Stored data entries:
_ _ _ _ _ _ _

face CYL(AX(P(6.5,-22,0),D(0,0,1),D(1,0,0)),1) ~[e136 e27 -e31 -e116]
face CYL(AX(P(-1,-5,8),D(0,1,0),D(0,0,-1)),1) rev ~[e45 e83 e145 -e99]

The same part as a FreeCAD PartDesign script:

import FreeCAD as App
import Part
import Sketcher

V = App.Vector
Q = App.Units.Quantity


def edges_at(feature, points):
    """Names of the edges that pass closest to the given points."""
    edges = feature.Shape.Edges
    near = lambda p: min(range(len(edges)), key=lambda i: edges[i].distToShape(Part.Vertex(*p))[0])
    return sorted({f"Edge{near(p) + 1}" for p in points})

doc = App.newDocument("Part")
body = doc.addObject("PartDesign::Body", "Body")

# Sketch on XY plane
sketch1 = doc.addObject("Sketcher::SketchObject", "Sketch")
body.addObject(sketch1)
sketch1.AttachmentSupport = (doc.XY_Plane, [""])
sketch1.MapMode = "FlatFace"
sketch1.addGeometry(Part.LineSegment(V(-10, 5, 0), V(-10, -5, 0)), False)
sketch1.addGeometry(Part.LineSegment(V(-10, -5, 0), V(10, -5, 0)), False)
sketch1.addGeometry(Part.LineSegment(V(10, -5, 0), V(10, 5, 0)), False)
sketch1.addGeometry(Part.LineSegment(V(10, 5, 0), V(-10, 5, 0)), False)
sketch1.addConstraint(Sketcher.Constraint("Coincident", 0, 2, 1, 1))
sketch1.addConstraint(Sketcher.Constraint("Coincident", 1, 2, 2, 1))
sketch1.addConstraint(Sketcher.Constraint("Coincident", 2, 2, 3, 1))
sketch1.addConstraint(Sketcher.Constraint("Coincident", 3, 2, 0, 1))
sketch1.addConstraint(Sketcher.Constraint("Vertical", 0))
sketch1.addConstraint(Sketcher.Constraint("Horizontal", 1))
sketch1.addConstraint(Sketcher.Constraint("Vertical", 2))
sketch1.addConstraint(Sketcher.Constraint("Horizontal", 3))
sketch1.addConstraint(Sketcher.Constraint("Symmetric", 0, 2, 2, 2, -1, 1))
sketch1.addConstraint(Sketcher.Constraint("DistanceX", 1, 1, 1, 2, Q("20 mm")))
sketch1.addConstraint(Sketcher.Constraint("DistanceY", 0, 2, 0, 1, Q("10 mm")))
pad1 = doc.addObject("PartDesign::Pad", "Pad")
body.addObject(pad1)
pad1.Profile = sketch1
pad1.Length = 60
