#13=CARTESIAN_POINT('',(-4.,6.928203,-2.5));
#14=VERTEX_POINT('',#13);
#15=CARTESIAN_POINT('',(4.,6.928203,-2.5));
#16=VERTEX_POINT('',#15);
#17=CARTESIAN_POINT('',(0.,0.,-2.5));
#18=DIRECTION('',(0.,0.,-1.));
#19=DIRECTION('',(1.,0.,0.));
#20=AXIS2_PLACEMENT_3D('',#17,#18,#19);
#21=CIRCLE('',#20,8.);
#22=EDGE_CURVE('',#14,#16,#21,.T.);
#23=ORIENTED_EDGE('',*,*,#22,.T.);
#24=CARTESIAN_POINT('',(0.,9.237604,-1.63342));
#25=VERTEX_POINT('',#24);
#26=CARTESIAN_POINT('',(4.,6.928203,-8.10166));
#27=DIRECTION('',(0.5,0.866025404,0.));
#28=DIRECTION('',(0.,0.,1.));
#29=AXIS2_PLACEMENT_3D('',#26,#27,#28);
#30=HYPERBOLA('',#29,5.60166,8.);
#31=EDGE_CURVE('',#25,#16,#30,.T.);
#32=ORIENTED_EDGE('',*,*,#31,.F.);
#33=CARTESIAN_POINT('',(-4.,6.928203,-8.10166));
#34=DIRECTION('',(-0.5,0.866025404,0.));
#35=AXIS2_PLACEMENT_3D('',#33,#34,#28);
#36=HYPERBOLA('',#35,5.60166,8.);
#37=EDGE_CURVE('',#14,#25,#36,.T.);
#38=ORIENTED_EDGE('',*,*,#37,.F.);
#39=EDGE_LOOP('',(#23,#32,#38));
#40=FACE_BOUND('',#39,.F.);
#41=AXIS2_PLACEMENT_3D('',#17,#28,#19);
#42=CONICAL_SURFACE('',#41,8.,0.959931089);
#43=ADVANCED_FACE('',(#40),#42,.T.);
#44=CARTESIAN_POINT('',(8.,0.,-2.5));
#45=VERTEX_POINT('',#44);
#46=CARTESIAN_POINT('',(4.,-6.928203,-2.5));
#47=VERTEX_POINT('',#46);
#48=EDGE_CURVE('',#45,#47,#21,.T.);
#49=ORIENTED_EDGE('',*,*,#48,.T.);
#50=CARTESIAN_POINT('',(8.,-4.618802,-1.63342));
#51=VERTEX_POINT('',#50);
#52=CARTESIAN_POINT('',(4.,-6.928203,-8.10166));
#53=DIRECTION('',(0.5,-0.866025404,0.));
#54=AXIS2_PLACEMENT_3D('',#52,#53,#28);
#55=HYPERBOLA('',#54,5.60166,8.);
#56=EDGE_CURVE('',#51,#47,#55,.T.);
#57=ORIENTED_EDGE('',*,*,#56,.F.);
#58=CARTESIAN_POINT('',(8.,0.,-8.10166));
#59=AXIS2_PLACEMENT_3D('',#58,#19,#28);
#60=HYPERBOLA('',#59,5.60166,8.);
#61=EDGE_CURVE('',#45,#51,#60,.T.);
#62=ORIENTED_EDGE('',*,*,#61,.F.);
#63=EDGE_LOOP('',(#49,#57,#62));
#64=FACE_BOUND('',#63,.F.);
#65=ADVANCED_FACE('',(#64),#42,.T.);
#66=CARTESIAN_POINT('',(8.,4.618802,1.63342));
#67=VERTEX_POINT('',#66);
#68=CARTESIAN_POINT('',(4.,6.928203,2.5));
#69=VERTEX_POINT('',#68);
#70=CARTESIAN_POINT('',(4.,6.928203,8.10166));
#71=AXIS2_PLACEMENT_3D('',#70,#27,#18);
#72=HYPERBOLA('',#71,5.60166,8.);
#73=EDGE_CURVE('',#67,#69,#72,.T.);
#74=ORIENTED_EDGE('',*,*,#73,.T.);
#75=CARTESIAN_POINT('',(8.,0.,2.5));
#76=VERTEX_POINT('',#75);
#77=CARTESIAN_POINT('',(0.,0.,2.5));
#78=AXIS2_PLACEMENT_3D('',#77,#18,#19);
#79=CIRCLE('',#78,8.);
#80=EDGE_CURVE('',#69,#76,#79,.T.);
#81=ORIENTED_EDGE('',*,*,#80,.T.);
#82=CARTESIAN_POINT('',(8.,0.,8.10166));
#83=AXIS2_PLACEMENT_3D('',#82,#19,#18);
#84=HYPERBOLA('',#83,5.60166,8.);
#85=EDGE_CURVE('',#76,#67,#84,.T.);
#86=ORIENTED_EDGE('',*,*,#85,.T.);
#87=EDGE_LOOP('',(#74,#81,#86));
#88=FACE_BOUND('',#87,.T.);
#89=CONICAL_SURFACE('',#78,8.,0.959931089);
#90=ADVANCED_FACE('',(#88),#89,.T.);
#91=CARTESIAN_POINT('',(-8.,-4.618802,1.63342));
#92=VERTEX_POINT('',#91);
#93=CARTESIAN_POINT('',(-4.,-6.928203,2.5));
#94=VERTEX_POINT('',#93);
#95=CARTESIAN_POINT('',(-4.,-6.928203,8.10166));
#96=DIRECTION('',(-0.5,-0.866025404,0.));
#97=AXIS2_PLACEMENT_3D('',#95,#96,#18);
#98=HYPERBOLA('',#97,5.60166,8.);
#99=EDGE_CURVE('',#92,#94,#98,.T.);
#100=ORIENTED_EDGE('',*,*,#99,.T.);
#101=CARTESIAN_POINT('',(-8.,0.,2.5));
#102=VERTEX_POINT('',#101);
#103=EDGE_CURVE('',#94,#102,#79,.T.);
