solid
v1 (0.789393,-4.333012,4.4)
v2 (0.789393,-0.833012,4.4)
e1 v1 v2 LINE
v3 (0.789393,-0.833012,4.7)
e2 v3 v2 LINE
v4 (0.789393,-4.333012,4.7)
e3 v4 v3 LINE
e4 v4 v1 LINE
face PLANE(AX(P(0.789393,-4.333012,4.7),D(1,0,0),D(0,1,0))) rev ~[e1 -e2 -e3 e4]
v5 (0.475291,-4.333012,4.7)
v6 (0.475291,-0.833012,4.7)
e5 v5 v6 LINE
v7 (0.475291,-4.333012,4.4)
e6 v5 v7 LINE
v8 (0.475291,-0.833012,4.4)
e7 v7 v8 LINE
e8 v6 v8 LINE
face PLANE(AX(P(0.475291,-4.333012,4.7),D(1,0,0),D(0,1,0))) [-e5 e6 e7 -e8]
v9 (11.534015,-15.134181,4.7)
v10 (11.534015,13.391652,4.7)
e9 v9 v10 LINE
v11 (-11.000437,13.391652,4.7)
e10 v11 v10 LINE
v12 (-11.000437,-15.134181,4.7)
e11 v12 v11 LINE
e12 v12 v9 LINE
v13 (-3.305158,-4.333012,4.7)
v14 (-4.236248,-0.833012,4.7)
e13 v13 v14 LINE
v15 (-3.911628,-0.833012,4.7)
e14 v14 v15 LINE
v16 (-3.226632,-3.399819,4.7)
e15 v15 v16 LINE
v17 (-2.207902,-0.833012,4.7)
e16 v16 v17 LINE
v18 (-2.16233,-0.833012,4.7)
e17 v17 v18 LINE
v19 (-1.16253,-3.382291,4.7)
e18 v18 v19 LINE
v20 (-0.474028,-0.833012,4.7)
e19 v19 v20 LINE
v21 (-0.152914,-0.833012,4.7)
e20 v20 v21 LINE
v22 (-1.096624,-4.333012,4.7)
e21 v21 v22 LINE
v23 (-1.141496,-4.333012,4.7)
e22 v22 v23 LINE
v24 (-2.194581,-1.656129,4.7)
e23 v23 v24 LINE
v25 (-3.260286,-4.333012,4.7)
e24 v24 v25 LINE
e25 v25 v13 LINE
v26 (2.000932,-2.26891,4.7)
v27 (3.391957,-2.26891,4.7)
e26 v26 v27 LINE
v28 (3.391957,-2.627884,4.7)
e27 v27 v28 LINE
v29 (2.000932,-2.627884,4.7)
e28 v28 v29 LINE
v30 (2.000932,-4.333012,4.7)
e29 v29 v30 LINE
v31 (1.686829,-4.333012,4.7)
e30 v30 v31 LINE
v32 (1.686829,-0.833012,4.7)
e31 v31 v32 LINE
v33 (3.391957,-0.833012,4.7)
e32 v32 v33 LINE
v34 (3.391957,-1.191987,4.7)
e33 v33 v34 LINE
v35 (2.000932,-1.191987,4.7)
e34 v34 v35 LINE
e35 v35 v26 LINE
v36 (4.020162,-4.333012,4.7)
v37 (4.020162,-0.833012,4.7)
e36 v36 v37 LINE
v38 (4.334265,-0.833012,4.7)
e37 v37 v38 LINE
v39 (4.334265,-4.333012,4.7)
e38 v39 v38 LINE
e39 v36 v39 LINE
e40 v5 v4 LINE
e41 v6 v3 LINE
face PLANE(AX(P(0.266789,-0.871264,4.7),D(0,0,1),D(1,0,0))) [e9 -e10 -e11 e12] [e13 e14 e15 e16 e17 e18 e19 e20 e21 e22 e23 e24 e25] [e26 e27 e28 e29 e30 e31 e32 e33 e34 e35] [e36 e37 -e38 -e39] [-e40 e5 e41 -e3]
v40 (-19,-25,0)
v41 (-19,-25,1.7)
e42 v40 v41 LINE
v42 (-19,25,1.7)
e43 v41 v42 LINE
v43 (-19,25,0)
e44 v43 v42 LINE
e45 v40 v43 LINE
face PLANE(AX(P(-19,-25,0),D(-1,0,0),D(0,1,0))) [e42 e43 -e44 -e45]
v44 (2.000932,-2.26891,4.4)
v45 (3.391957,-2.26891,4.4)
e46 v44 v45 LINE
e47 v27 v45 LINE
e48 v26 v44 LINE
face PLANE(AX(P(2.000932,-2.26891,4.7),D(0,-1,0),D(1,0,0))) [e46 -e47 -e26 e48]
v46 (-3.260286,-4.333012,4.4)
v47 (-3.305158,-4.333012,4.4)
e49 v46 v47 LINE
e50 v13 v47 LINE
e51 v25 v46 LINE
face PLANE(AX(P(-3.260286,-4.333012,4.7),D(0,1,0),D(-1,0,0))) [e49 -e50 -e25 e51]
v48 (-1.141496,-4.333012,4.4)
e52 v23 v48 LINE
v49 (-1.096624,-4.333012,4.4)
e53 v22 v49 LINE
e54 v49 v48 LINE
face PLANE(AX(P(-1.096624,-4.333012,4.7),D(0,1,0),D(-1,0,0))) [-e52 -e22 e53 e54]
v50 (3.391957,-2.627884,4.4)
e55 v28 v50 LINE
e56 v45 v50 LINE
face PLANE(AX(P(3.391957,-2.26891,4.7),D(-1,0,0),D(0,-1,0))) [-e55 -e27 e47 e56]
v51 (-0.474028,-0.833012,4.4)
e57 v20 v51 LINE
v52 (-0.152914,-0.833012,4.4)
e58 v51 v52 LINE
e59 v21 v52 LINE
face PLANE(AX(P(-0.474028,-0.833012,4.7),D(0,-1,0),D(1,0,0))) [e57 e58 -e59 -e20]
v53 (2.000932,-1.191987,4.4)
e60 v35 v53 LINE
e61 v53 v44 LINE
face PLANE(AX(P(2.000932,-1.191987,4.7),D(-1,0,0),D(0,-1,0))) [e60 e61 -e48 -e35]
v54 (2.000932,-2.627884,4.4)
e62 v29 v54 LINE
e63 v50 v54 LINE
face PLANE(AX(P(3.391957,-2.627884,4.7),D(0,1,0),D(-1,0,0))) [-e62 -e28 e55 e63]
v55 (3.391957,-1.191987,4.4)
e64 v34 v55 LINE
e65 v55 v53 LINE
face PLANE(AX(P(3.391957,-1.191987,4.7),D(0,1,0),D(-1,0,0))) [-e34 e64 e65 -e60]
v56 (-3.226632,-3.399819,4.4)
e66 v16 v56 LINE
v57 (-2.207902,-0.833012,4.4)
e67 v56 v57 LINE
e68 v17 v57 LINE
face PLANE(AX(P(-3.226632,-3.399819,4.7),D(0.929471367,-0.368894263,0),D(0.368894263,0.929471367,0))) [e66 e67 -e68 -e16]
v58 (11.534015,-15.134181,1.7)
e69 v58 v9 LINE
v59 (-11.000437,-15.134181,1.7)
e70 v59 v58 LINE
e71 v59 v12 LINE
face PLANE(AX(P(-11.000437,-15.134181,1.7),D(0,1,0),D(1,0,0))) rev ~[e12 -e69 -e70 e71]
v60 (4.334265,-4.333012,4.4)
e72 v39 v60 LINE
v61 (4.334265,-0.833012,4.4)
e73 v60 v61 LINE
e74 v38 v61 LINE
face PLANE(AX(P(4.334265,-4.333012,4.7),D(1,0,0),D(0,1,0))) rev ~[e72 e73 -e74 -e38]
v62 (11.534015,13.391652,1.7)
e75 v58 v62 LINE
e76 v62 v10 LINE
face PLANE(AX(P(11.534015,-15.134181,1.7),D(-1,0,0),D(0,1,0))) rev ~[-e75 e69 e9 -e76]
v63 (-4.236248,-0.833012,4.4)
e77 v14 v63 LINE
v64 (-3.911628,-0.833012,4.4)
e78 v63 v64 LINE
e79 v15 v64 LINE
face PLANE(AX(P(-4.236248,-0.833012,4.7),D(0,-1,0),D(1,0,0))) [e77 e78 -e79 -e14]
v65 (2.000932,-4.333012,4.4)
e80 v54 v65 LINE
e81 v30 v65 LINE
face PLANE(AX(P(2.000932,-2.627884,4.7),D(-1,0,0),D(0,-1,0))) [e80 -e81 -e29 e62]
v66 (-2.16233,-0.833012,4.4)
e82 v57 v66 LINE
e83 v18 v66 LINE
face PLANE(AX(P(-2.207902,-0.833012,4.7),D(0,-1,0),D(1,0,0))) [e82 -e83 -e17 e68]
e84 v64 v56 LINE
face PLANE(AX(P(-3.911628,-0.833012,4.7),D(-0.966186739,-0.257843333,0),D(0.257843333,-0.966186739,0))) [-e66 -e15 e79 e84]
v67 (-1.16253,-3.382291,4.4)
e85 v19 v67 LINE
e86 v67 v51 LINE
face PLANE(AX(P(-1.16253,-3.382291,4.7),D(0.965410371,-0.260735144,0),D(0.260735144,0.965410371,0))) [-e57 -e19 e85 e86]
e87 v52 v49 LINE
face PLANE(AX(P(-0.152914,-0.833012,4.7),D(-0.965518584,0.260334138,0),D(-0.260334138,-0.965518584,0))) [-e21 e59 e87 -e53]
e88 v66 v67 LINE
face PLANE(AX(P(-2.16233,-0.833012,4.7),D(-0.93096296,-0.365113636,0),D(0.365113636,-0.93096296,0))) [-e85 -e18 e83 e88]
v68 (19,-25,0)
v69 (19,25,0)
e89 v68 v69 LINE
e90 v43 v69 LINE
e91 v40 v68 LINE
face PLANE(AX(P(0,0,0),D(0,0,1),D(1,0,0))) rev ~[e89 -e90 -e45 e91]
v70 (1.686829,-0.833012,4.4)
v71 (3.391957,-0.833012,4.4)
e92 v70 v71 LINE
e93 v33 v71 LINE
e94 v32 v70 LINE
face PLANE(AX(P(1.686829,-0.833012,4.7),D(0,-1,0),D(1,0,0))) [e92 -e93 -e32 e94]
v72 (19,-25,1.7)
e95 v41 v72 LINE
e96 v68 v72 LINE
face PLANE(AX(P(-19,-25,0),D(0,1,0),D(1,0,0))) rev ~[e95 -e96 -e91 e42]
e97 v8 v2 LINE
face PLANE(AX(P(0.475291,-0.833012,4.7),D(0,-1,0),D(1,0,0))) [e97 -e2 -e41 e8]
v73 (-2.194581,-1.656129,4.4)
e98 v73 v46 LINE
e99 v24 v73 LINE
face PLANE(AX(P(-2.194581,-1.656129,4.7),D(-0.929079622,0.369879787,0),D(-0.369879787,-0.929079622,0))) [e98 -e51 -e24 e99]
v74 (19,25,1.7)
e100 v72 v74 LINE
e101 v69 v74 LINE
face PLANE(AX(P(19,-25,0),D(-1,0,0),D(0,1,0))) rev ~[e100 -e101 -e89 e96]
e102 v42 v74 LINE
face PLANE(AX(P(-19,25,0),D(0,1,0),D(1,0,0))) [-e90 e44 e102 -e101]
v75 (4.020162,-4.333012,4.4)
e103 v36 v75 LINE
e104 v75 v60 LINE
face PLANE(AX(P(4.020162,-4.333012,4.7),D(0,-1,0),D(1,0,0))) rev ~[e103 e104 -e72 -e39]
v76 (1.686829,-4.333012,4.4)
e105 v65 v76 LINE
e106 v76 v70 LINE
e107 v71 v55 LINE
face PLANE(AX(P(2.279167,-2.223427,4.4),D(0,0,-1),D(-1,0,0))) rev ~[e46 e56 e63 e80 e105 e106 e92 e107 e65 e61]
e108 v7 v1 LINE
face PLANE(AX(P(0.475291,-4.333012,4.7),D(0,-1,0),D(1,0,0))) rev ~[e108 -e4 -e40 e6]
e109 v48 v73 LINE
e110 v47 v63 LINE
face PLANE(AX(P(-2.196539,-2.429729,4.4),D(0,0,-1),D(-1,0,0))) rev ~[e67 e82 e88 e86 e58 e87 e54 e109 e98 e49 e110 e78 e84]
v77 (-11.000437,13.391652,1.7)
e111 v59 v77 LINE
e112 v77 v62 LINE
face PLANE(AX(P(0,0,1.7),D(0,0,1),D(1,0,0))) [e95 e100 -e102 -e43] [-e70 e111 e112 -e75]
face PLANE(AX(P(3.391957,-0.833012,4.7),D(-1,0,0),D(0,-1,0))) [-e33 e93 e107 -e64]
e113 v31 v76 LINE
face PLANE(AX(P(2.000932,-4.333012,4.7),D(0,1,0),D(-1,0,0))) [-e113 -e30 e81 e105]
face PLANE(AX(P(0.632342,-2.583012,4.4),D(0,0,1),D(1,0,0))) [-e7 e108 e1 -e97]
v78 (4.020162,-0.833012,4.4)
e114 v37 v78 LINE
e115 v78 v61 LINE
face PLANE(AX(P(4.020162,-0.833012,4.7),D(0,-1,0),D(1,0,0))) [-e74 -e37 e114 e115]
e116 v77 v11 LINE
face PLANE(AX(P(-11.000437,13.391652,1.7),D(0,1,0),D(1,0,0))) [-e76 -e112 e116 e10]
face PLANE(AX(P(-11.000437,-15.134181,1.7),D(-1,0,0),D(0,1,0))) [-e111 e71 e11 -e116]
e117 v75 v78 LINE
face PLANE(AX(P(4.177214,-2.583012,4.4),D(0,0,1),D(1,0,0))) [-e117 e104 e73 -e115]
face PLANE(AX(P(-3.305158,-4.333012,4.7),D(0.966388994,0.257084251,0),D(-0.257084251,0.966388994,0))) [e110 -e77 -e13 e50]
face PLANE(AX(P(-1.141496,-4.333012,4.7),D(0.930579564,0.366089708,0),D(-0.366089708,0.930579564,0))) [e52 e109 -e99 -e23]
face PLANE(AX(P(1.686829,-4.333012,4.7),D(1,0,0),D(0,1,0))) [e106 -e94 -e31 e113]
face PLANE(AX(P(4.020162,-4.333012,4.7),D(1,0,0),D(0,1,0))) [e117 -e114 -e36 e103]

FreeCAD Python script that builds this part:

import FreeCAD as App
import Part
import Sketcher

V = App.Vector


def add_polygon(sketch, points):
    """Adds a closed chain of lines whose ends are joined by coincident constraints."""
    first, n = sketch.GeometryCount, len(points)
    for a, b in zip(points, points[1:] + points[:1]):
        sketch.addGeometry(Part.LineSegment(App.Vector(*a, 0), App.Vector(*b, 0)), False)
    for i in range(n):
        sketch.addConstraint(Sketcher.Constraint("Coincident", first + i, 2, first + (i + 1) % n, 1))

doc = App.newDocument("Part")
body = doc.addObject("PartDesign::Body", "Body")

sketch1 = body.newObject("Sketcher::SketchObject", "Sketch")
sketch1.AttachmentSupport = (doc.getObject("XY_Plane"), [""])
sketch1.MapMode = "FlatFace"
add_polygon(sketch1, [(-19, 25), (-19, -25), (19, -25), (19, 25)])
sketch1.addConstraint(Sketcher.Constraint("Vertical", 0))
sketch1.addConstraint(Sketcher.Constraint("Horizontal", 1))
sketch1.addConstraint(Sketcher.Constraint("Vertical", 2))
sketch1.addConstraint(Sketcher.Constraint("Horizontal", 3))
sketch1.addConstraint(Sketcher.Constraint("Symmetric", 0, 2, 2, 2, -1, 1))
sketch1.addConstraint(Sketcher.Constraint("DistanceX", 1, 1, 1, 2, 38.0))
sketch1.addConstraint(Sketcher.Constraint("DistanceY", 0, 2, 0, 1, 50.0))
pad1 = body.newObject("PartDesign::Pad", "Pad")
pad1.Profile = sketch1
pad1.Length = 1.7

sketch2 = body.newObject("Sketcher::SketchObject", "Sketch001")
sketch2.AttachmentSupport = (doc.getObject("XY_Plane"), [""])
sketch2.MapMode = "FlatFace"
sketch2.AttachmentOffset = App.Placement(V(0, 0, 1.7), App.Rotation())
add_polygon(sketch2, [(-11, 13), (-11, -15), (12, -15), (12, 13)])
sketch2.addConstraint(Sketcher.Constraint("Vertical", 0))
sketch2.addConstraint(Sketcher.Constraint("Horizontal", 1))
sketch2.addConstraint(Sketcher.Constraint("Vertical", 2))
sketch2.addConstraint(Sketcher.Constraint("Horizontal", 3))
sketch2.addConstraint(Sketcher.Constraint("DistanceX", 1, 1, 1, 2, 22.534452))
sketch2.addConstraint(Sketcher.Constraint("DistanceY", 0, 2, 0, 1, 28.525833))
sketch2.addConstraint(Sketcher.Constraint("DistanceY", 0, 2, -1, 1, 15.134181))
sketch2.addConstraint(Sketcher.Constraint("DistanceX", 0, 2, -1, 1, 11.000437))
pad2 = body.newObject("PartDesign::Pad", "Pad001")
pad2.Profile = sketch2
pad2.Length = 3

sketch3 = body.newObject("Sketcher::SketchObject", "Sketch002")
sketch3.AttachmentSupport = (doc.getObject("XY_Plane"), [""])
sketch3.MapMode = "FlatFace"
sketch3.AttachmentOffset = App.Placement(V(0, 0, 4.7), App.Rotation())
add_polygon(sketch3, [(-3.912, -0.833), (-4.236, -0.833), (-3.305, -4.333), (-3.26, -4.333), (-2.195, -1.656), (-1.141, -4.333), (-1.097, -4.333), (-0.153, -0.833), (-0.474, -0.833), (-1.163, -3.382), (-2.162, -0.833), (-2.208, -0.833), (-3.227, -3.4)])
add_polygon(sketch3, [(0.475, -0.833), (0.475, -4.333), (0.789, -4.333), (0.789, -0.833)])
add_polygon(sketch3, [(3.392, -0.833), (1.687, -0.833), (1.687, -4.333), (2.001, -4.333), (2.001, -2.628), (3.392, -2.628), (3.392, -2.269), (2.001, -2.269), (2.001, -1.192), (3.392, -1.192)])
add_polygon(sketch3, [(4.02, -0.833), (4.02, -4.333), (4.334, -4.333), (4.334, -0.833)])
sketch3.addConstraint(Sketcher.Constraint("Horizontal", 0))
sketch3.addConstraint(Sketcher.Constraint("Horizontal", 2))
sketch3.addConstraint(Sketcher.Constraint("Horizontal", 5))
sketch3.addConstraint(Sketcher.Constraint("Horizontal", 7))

_ _ _ _ _ _ _

TRY IT –
A verbatim transcription is needed of the lines above, starting at the line with "#42=CONICAL_SURFACE('',#41,8.,0.959931089);" and ending at the line with "#70=CARTESIAN_POINT('',(4.,6.928203,8.10166));", both included, and of nothing else.

YOUR RESPONSE –
#42=CONICAL_SURFACE('',#41,8.,0.959931089);
#43=ADVANCED_FACE('',(#40),#42,.T.);
#44=CARTESIAN_POINT('',(8.,0.,-2.5));
#45=VERTEX_POINT('',#44);
#46=CARTESIAN_POINT('',(4.,-6.928203,-2.5));
#47=VERTEX_POINT('',#46);
#48=EDGE_CURVE('',#45,#47,#21,.T.);
#49=ORIENTED_EDGE('',*,*,#48,.T.);
#50=CARTESIAN_POINT('',(8.,-4.618802,-1.63342));
#51=VERTEX_POINT('',#50);
#52=CARTESIAN_POINT('',(4.,-6.928203,-8.10166));
#53=DIRECTION('',(0.5,-0.866025404,0.));
#54=AXIS2_PLACEMENT_3D('',#52,#53,#28);
#55=HYPERBOLA('',#54,5.60166,8.);
#56=EDGE_CURVE('',#51,#47,#55,.T.);
#57=ORIENTED_EDGE('',*,*,#56,.F.);
#58=CARTESIAN_POINT('',(8.,0.,-8.10166));
#59=AXIS2_PLACEMENT_3D('',#58,#19,#28);
#60=HYPERBOLA('',#59,5.60166,8.);
#61=EDGE_CURVE('',#45,#51,#60,.T.);
#62=ORIENTED_EDGE('',*,*,#61,.F.);
#63=EDGE_LOOP('',(#49,#57,#62));
#64=FACE_BOUND('',#63,.F.);
#65=ADVANCED_FACE('',(#64),#42,.T.);
#66=CARTESIAN_POINT('',(8.,4.618802,1.63342));
#67=VERTEX_POINT('',#66);
#68=CARTESIAN_POINT('',(4.,6.928203,2.5));
#69=VERTEX_POINT('',#68);
#70=CARTESIAN_POINT('',(4.,6.928203,8.10166));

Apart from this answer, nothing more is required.